Analysis of onset mechanism of paroxysmal kinesigenic dyskinesia using genetic animal models

2021 Fiscal Year Final Research Report

• Project/Area Number: 20K22688
• Research Category: Grant-in-Aid for Research Activity Start-up
• Allocation Type: Multi-year Fund
• Review Section: 0704:Neuroscience, brain sciences, and related fields
• Research Institution: Nagasaki University
• Principal Investigator: Hatta Daisuke 長崎大学, 医歯薬学総合研究科(薬学系), 客員研究員 (60886216)
• Project Period (FY): 2020-09-11 – 2022-03-31
• Keywords: PRRT2 / PKD / ジスキネジア / ドーパミン / L-ドーパ / ロータロッド

Outline of Final Research Achievements

Paroxysmal kinesigenic dyskinesia (PKD) is a neurological disease presenting unvoluntary movements triggered by sudden movements.

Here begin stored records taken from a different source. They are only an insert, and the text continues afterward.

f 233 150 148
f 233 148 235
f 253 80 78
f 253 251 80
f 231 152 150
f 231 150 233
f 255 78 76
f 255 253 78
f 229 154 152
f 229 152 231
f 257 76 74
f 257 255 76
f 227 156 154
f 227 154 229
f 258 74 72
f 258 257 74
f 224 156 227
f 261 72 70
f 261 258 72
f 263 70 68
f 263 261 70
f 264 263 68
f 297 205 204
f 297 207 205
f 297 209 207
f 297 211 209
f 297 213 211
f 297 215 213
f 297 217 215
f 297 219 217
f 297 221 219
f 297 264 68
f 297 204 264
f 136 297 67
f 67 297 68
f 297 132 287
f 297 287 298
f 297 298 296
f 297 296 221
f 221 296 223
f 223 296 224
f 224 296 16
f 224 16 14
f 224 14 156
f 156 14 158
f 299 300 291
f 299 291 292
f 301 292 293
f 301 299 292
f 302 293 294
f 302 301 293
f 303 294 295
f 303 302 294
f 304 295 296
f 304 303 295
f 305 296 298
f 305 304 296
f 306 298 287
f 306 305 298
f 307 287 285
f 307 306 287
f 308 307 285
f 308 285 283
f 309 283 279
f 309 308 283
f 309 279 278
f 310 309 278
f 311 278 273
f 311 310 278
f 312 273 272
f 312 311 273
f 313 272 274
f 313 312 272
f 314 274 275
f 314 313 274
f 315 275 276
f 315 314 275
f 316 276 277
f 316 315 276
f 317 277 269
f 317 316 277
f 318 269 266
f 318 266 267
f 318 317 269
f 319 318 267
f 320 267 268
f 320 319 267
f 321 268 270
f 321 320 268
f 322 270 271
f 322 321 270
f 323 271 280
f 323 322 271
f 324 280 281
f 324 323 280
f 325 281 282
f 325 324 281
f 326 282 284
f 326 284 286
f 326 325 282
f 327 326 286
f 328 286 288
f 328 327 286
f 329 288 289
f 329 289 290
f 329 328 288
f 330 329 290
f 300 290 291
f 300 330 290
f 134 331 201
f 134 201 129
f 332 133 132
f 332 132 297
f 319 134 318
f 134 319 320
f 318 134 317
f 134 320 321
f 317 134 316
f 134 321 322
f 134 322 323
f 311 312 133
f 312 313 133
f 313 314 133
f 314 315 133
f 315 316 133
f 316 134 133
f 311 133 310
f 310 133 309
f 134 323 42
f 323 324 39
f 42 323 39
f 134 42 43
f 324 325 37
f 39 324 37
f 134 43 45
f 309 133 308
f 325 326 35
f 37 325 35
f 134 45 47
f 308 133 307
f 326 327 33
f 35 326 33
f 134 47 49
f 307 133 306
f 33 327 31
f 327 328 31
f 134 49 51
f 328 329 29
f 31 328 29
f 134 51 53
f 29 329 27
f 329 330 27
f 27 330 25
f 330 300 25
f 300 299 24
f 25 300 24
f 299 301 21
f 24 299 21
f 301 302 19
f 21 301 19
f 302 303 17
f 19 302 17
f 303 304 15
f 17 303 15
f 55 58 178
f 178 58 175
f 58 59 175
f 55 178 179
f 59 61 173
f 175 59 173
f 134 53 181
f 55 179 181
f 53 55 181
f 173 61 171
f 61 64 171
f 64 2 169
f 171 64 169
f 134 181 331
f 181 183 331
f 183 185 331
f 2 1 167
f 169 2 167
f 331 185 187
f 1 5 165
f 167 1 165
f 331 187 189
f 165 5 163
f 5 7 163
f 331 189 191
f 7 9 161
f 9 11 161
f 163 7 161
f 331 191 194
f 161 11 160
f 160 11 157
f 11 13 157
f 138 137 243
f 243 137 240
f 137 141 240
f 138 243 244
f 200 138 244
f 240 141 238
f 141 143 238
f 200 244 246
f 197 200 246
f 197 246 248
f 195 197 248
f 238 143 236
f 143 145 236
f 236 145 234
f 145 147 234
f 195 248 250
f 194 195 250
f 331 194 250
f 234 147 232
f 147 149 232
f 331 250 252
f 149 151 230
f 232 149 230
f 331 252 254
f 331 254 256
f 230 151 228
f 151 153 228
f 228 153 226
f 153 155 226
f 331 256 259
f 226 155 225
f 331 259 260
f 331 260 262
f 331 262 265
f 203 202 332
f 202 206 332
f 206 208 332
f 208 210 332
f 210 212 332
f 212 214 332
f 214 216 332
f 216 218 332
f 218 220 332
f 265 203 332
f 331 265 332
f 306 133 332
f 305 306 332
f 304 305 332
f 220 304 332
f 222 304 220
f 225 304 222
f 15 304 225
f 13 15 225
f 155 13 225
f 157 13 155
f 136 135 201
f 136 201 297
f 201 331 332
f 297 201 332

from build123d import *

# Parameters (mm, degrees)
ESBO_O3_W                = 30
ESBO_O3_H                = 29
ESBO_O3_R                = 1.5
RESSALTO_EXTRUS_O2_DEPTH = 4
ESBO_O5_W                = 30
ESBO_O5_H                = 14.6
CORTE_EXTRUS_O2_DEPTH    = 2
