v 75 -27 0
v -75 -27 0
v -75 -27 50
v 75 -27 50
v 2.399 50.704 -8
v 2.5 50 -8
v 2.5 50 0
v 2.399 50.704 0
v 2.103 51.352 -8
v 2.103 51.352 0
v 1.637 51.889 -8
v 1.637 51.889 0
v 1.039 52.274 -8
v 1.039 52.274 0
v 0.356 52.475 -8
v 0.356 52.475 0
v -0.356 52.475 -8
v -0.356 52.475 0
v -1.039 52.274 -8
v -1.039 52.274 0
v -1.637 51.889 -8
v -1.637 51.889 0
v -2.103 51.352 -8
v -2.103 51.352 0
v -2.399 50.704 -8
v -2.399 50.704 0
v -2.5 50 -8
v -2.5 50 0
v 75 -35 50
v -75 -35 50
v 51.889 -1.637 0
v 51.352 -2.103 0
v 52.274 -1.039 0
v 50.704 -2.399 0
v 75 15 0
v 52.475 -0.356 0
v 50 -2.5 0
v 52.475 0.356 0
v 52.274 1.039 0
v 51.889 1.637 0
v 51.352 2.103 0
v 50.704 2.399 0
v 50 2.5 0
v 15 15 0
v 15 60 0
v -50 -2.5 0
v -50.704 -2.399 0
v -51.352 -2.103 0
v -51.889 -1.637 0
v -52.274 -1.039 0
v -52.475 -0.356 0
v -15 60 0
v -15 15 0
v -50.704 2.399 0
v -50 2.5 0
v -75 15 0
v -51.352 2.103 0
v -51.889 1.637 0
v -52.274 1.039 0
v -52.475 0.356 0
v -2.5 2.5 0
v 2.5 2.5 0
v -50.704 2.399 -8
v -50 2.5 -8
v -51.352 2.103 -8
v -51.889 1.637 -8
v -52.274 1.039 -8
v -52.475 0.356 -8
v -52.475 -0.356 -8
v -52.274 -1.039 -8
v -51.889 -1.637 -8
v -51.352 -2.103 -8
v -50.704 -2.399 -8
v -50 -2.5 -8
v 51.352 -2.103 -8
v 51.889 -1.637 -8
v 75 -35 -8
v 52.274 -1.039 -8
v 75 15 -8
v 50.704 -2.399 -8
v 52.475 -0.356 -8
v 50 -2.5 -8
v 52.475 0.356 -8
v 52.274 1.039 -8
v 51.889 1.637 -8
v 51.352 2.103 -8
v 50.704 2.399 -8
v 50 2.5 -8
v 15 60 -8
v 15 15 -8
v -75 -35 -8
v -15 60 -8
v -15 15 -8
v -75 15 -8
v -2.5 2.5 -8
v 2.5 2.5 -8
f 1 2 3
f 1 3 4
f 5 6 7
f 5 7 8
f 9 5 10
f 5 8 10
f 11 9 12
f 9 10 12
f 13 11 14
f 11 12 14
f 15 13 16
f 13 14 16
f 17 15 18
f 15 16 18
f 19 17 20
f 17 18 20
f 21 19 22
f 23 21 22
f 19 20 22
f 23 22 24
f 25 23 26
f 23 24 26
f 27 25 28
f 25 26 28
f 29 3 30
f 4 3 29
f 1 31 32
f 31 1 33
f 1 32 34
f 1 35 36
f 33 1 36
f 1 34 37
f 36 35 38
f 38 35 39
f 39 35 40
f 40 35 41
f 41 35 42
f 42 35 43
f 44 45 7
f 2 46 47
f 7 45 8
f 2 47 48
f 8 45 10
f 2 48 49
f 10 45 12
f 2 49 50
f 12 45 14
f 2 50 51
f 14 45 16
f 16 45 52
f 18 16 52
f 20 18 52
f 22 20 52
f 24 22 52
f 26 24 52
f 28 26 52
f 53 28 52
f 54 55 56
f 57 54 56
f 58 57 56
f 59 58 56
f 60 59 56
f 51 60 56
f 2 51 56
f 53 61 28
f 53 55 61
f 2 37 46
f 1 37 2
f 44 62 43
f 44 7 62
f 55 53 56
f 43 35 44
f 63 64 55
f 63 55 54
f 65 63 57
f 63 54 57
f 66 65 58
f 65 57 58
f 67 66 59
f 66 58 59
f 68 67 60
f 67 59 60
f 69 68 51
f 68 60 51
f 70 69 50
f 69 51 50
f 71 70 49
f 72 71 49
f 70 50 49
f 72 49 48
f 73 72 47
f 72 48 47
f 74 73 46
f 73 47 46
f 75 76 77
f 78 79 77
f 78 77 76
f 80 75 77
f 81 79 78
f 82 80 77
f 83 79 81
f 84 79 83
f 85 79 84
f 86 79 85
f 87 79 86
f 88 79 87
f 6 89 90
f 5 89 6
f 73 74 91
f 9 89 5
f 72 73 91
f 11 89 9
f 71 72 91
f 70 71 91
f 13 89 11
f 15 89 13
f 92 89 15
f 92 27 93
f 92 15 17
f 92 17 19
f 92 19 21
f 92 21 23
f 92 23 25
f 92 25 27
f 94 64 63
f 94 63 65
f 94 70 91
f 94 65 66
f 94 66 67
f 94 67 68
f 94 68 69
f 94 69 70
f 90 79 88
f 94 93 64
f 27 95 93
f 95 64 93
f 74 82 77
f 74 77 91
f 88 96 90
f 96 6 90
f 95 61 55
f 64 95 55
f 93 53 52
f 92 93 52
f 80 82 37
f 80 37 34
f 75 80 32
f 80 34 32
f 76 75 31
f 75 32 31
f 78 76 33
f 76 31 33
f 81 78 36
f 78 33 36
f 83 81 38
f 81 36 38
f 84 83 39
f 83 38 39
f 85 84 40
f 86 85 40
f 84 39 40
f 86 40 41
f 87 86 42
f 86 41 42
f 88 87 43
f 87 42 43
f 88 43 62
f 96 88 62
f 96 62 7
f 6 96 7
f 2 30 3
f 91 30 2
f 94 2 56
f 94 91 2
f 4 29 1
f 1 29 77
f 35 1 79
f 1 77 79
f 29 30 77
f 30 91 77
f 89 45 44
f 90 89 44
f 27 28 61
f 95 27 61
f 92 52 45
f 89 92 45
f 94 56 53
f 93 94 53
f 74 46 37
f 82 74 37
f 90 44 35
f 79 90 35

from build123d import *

# Parameters (mm, degrees)
BOSS_EXTRUDE1_DEPTH = 8
SKETCH2_W           = 150
SKETCH2_H           = 8
BOSS_EXTRUDE2_DEPTH = 50


with BuildPart() as part:
    # Sketch1 → Boss-Extrude1 (new body)
    with BuildSketch(Plane.XY):
        Polygon((-15, 15), (-15, 60), (15, 60), (15, 15), (75, 15), (75, -35), (-75, -35), (-75, 15), align=None)
        with BuildLine():
            Line((-2.5, 2.5), (-50, 2.5))
            ThreePointArc((-50, 2.5), (-52.5, 0), (-50, -2.5))
            Line((-50, -2.5), (50, -2.5))
            ThreePointArc((50, -2.5), (52.5, 0), (50, 2.5))
            Line((50, 2.5), (2.5, 2.5))
            Line((2.5, 2.5), (2.5, 50))
            ThreePointArc((2.5, 50), (0, 52.5), (-2.5, 50))
            Line((-2.5, 50), (-2.5, 2.5))
        make_face(mode=Mode.SUBTRACT)
    extrude(amount=-BOSS_EXTRUDE1_DEPTH)

    # Sketch2 → Boss-Extrude2 (add)
    with BuildSketch(Plane.XY):
        with Locations((0, -31)):
            Rectangle(SKETCH2_W, SKETCH2_H)
    extrude(amount=BOSS_EXTRUDE2_DEPTH)


solid = part.part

We had previously generated Prrt2 knock-in (KI) mice harboring PKD-related Prrt2 mutation, which had much higher extracellular concentration of dopamine than wild-type mice during neuronal stimulation in the striatum. In the present study, we evaluated motor functions of Prrt2 KI mice by rotarod test. Although there was no significant difference in motor functions between wild-type and Prrt2 KI mice, intraperitoneal administration of L-dopa caused more severe motor deficit in Prrt2 KI mice than in wild-type mice. These results suggest that PKD is caused by excessive dopamine transmission in the striatum and subsequent hyper-activity of the cortico-basal ganglia motor loop.

Free Research Field

神経科学

Academic Significance and Societal Importance of the Research Achievements

これまでPKDの原因となる神経回路や発症機序は十分に理解されておらず、国外からの報告では主に小脳に着目した解析がなされてきた。しかし本研究では、PKDモデルマウスにおいて線条体での過剰なドーパミン伝達が運動障害に関連することを明らかにし、PKDの発症機序の仮説として「線条体ドーパミン説」という新たな学術的概念を作ることができた。
本研究の成果はPKDの治療方法の基盤構築に繋がるだけでなく、痙攣や不随意運動を伴う類似疾患の治療薬開発にも応用可能と考えられ、医療の進歩という形で社会に貢献する研究となった。